> [TASK] Copy the lines exactly as they appear, starting with the first line of the records and ending with the line that contains "v 213 130.5 12.8".

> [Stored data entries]

——————

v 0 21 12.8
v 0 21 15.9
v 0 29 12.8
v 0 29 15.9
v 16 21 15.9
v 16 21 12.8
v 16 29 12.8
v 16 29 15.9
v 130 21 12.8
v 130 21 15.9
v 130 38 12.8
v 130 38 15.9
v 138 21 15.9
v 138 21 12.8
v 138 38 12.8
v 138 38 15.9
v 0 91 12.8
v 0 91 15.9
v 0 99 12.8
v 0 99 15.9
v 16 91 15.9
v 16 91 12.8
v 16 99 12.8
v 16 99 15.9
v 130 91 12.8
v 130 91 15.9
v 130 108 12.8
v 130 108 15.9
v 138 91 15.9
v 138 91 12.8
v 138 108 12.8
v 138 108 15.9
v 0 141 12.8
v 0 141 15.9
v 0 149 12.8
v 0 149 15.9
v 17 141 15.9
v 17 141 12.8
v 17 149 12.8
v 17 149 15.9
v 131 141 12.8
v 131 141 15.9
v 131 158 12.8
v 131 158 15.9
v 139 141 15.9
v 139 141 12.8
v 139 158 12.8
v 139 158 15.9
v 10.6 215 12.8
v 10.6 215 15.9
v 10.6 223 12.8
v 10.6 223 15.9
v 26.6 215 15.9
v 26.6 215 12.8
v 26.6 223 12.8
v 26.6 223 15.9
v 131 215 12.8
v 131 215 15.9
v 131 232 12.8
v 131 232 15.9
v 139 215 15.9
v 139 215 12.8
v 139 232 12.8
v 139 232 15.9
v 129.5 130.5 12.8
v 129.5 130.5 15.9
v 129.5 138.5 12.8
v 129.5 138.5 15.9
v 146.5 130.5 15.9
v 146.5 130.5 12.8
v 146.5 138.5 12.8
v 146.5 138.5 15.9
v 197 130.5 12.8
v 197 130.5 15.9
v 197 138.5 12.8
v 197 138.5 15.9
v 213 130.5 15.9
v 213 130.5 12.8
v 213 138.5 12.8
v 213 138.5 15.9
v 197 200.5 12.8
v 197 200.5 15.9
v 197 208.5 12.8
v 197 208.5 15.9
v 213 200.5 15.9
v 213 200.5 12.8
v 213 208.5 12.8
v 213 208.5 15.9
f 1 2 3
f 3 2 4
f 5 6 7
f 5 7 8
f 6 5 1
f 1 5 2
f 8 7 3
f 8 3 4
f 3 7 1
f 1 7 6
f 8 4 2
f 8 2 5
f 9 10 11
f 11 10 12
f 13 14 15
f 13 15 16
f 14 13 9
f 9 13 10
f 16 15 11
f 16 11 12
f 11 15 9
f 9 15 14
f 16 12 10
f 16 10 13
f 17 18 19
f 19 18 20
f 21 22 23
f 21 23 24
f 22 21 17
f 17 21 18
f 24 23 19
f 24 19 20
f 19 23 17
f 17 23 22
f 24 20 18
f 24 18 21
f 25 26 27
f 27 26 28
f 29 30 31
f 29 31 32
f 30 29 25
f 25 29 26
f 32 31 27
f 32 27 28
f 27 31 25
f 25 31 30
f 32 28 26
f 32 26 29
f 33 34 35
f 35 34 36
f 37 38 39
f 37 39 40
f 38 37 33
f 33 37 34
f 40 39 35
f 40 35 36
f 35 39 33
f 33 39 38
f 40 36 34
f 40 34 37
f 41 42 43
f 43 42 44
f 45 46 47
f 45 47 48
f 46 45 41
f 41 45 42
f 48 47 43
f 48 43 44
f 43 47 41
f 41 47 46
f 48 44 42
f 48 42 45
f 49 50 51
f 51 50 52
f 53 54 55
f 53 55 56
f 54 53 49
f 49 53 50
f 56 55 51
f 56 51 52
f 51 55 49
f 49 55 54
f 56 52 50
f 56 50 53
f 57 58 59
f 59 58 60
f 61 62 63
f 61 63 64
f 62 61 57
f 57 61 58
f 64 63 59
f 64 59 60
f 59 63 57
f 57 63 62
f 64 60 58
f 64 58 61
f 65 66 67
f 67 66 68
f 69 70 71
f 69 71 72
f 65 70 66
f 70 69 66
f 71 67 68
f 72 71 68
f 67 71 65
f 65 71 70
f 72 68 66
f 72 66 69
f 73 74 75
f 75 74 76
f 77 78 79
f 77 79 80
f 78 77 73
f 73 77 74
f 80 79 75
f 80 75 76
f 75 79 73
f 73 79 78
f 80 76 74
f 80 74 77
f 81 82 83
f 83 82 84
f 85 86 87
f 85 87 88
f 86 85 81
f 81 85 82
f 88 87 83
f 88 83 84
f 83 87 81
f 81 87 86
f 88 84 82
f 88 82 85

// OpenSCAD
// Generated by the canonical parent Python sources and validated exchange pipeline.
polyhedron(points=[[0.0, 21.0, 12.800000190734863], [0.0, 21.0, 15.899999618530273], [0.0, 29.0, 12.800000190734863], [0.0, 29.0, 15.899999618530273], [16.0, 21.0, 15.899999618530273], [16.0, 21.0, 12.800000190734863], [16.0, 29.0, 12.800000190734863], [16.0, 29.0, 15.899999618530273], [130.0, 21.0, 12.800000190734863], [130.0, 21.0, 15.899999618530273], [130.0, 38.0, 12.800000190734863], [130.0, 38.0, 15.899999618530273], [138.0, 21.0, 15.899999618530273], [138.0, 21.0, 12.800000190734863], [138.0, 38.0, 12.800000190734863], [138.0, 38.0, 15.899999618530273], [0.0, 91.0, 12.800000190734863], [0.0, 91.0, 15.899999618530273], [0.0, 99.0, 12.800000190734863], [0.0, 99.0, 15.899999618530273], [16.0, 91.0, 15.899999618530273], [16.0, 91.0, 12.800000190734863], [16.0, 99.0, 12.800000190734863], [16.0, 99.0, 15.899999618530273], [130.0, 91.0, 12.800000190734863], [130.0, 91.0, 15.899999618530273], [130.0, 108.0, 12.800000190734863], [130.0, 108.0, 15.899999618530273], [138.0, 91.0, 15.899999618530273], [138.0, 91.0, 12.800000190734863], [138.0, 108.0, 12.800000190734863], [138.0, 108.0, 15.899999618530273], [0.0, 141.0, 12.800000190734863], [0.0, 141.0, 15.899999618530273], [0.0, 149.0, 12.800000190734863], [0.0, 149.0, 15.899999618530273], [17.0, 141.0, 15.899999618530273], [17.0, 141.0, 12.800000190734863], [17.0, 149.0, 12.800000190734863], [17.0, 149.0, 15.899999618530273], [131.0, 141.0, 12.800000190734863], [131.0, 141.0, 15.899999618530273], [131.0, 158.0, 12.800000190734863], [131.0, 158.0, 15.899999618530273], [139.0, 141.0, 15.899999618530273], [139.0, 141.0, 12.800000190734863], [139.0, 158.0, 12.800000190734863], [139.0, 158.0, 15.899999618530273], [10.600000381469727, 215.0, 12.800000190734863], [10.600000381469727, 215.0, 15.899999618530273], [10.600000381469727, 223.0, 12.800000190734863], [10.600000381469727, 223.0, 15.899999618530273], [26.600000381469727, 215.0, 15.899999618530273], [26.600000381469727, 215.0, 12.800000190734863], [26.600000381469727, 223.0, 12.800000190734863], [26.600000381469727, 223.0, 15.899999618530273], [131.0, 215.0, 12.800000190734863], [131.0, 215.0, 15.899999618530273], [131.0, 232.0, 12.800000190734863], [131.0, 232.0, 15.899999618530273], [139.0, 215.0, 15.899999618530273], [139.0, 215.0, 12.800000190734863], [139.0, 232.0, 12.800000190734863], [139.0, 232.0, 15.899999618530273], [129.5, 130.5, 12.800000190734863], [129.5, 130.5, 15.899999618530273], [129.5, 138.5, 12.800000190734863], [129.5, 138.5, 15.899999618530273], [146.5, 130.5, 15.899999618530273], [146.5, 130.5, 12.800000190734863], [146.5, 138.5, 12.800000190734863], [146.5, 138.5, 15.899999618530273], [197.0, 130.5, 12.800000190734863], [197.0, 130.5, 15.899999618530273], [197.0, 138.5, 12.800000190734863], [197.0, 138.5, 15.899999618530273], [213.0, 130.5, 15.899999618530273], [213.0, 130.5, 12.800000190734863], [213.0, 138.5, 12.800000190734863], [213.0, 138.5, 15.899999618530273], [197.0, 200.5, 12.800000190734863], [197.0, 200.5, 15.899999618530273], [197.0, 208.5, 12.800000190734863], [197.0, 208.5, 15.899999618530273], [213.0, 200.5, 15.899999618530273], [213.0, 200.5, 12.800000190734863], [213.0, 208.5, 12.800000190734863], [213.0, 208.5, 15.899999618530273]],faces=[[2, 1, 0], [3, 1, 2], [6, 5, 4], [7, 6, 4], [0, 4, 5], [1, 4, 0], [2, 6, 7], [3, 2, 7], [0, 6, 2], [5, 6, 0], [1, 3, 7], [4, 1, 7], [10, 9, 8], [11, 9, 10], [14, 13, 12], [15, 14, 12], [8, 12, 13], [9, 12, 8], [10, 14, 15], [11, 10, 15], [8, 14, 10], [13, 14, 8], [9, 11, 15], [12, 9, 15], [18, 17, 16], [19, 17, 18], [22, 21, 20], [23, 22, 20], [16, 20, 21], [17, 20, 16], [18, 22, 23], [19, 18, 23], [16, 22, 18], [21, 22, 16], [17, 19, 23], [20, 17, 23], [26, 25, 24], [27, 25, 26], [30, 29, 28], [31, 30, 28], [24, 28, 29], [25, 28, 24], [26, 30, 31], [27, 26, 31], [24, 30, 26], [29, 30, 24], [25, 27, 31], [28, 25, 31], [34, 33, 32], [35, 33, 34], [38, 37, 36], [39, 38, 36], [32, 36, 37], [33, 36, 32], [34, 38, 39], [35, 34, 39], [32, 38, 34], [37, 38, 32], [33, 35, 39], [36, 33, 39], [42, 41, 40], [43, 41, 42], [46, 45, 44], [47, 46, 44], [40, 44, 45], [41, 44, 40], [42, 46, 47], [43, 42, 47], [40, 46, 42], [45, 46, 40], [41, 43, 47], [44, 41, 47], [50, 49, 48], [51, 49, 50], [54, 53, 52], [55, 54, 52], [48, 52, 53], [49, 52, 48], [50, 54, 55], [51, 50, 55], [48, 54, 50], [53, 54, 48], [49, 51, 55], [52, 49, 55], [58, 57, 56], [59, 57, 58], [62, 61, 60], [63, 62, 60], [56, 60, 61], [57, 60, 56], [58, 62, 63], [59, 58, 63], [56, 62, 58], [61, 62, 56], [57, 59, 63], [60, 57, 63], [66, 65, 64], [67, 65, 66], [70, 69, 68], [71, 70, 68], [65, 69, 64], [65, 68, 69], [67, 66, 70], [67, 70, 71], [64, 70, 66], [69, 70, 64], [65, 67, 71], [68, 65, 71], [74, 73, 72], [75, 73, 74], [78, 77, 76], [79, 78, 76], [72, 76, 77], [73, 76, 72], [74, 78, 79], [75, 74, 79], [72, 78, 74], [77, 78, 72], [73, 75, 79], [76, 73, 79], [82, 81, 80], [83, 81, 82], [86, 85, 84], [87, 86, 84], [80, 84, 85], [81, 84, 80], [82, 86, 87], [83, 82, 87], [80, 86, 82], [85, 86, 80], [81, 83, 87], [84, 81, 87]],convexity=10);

——————

> [TASK RESULT]
v 0 21 12.8
v 0 21 15.9
v 0 29 12.8
v 0 29 15.9
v 16 21 15.9
v 16 21 12.8
v 16 29 12.8
v 16 29 15.9
v 130 21 12.8
v 130 21 15.9
v 130 38 12.8
v 130 38 15.9
v 138 21 15.9
v 138 21 12.8
v 138 38 12.8
v 138 38 15.9
v 0 91 12.8
v 0 91 15.9
v 0 99 12.8
v 0 99 15.9
v 16 91 15.9
v 16 91 12.8
v 16 99 12.8
v 16 99 15.9
v 130 91 12.8
v 130 91 15.9
v 130 108 12.8
v 130 108 15.9
v 138 91 15.9
v 138 91 12.8
v 138 108 12.8
v 138 108 15.9
v 0 141 12.8
v 0 141 15.9
v 0 149 12.8
v 0 149 15.9
v 17 141 15.9
v 17 141 12.8
v 17 149 12.8
v 17 149 15.9
v 131 141 12.8
v 131 141 15.9
v 131 158 12.8
v 131 158 15.9
v 139 141 15.9
v 139 141 12.8
v 139 158 12.8
v 139 158 15.9
v 10.6 215 12.8
v 10.6 215 15.9
v 10.6 223 12.8
v 10.6 223 15.9
v 26.6 215 15.9
v 26.6 215 12.8
v 26.6 223 12.8
v 26.6 223 15.9
v 131 215 12.8
v 131 215 15.9
v 131 232 12.8
v 131 232 15.9
v 139 215 15.9
v 139 215 12.8
v 139 232 12.8
v 139 232 15.9
v 129.5 130.5 12.8
v 129.5 130.5 15.9
v 129.5 138.5 12.8
v 129.5 138.5 15.9
v 146.5 130.5 15.9
v 146.5 130.5 12.8
v 146.5 138.5 12.8
v 146.5 138.5 15.9
v 197 130.5 12.8
v 197 130.5 15.9
v 197 138.5 12.8
v 197 138.5 15.9
v 213 130.5 15.9
v 213 130.5 12.8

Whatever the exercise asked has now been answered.